Maroon, my problem with people dying up there (apart from the intrinsic thing about needless death) is that bodies of people who die way up there are too hard to recover, or that recovery comes at great risk.
As for the trash, including human waste, yes. Totally agree. One way of sorting the wheat from the chaff would be to require any expedition that doesn’t cart all their own staff in and then out again to pay a local contractor to do it for them. this could be by way of a government bond.
It has to be noted that the climbing industry has massively improved the lot for many Sherpas and their communities. Yes, it is dangerous and backbreaking work, but a Sherpa can earn up to NZ$10,000 for getting to the summit. Considering that an average income is NZ$1,000 per year, that is a life changing sum. Add to that the income generated in providing goods and services to the expeditions and tourists and the significant per climber fee paid to the Government for a permit and this is what prevents an even more miserable subsistence living.

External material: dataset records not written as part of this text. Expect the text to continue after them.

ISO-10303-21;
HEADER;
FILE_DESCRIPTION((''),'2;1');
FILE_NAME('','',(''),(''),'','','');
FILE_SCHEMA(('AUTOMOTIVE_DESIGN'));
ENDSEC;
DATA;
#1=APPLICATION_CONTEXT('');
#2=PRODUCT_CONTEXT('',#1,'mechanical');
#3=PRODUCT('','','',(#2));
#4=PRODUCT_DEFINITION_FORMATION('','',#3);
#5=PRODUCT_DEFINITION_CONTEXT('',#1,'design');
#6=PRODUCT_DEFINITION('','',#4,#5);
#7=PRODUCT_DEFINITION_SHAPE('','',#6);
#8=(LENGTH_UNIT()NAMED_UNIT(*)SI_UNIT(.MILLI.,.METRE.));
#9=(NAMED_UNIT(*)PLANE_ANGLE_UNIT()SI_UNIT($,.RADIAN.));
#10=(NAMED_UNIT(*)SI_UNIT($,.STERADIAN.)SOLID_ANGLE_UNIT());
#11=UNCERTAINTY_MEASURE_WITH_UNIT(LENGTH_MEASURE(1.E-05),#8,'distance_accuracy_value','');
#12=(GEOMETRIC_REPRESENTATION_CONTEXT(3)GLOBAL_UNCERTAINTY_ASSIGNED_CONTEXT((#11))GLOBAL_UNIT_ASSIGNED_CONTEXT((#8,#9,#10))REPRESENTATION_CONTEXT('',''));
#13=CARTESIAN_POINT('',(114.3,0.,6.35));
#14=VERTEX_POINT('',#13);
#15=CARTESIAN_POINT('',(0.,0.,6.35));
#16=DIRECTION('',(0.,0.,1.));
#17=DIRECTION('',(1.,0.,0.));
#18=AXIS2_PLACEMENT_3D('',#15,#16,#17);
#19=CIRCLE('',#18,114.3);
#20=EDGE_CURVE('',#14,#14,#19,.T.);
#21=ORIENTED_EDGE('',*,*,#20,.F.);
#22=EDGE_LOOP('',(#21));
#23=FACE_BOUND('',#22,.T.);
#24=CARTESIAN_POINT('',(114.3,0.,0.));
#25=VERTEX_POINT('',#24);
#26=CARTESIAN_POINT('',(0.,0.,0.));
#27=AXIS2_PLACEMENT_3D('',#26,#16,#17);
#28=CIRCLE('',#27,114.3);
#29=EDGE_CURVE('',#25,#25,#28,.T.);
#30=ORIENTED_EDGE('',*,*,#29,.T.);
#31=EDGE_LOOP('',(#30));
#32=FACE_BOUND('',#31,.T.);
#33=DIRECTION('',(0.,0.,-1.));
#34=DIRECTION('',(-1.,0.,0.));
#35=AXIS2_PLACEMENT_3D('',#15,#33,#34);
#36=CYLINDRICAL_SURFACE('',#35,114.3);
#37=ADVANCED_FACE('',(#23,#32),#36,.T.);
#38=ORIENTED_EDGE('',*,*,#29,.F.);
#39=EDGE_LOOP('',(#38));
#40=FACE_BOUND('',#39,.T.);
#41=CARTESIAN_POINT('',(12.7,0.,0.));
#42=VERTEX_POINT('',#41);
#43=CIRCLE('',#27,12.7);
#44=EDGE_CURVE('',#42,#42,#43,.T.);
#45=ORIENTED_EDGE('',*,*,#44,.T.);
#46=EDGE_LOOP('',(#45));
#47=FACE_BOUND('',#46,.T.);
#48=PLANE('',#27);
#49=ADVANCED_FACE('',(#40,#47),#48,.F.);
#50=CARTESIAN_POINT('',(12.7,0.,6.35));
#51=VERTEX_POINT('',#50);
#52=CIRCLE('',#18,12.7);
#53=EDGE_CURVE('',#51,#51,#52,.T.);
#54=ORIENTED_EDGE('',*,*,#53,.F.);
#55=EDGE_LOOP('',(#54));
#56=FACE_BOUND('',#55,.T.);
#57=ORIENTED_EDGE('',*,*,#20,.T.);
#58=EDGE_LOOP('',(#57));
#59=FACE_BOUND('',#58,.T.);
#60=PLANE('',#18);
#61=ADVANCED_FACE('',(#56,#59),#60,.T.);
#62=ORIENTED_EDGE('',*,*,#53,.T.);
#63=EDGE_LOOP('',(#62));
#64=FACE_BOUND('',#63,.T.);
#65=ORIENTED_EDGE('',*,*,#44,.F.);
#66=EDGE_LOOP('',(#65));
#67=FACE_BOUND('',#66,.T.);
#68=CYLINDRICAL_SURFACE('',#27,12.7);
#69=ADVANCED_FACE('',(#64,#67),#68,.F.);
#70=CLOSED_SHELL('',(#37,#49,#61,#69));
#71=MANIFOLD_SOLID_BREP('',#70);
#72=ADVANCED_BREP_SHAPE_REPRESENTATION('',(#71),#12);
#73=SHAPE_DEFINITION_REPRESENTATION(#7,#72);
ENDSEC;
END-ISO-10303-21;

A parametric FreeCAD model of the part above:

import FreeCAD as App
import Part
import Sketcher
Q = App.Units.Quantity

doc = App.newDocument("Part")
params = doc.addObject("Spreadsheet::Sheet", "Params")
for row, (alias, value) in enumerate([
    ("sketch1_diameter", "9 in"),
    ("pad1_length", "0.25 in"),
    ("sketch2_diameter", "1 in"),
    ("pocket1_length", "0.25 in"),
], start=1):
    params.set(f"A{row}", alias)
    params.set(f"B{row}", "=" + value)
    params.setAlias(f"B{row}", alias)

body = doc.addObject("PartDesign::Body", "Body")

# Sketch on XY plane
sketch1 = body.newObject("Sketcher::SketchObject", "Sketch")
sketch1.AttachmentSupport = (doc.getObject("XY_Plane"), [""])
sketch1.MapMode = "FlatFace"
sketch1.addGeometry(Part.Circle(App.Vector(0, 0, 0), App.Vector(0, 0, 1), 114), False)
sketch1.addConstraint(Sketcher.Constraint("Coincident", 0, 3, -1, 1))
sketch1.addConstraint(Sketcher.Constraint("Diameter", 0, Q("9 in")))
sketch1.setExpression("Constraints[1]", "Params.sketch1_diameter")
pad1 = body.newObject("PartDesign::Pad", "Pad")
pad1.Profile = sketch1
pad1.setExpression("Length", "Params.pad1_length")

# Sketch on XY plane
sketch2 = body.newObject("Sketcher::SketchObject", "Sketch001")
sketch2.AttachmentSupport = (doc.getObject("XY_Plane"), [""])
sketch2.MapMode = "FlatFace"
sketch2.AttachmentOffset = App.Placement(App.Vector(0, 0, 0.25 * 25.4), App.Rotation())
sketch2.addGeometry(Part.Circle(App.Vector(0, 0, 0), App.Vector(0, 0, 1), 13), False)
sketch2.addConstraint(Sketcher.Constraint("Coincident", 0, 3, -1, 1))
sketch2.addConstraint(Sketcher.Constraint("Diameter", 0, Q("1 in")))
sketch2.setExpression("Constraints[1]", "Params.sketch2_diameter")
pocket1 = body.newObject("PartDesign::Pocket", "Pocket")
pocket1.Profile = sketch2
pocket1.setExpression("Length", "Params.pocket1_length")

doc.recompute()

Waste of time and money and human life. This is no longer something that distinguishes anyone. Like getting a Mohawk haircut; you will be noticed but it takes no effort.
During my meter reading days, someone once had to give me access to “the landlord’s side” of the house, which was used for storage. It was absolutely packed with serious looking camping and mountaineering gear. The bloke must have seen my face because he told it was all the landlord’s brother’s stuff, from when he worked at Everest base camp. I had no idea that there was such a constant stream of people passing through and that it was permanently staffed, it just seemed absurd. Amusingly though, the chap told me that the brother had been recently and had needed to climb a ladder for whatever reason. When he got back down, he said “God, I hate heights”
I agree that it means nothing and is a foolish risk. Literally thousands of people have reached the summit of Mount Everest. Everyone can name Edmund Hillary, a few can name Tenzing Norgay, the Sherpa that climbed it with him, and virtually nobody could name anybody else. Nobody cares who the 3,000th (or whatever) person to climb it is.
As for retrieving the dead bodies, just leave them there as a warning to others. Certainly nobody should endanger themselves trying to get them.
Skeletor, on the one hand I agree with you, on the other hand – as an Environmental Scientist I am generally opposed to leaving dead human bodies lying around. They tend not to be great additions to the ecosystem.
Maybe limiting the climbs is the only way, but I know what would happen. Someone would notice the decreases in income for the locals, and the limits would be seen as a sign of western imperialism cutting into the enterprise of non-Westerners, and the thing would degenerate into a shouting match. Then milkshakes would start to fly, and the whole area is a mess.
The article mentioned that the bodies still there are buried under snow or glacier.
Ding ding ding ding ding!
iknklast@1: I believe that the base of Pike’s Peak is at about 6000 feet, and of course the summit is just over 14,000 feet. The general rule in mountaineering is that any ascent over 3000 feet in one day is risky, if one stays up high for any length of time. I know exactly what you describe, too: I grew up in Colorado Springs. The last time I went up Pike’s Peak (to give a visiting friend the experience), I almost passed out since I now live at sea level, and had only flown in to Denver the day before. So, from 0 to 14,000 in less than 24 hours… whew. Even standing up from that bench outside the visitors center almost did me in. Even today, people fly in to Denver and immediately zip right on out I-70 to Summit County to ski, and find themselves suffering acute mountain sickness for the few days that they allotted for their vacation. I’d note that it’s those exact people who also have the money and inexperience to hire a guide company to steer them up Everest.
The thing about the view from Everest being a reason to go – it isn’t, though, because it’s impossible to enjoy it. It’s not possible to linger because every second you’re there increases your risk of dying on the way down – and in any case you’re way too hypoxic to enjoy it. Jon Krakauer had a lot to say about that in Into Thin Air.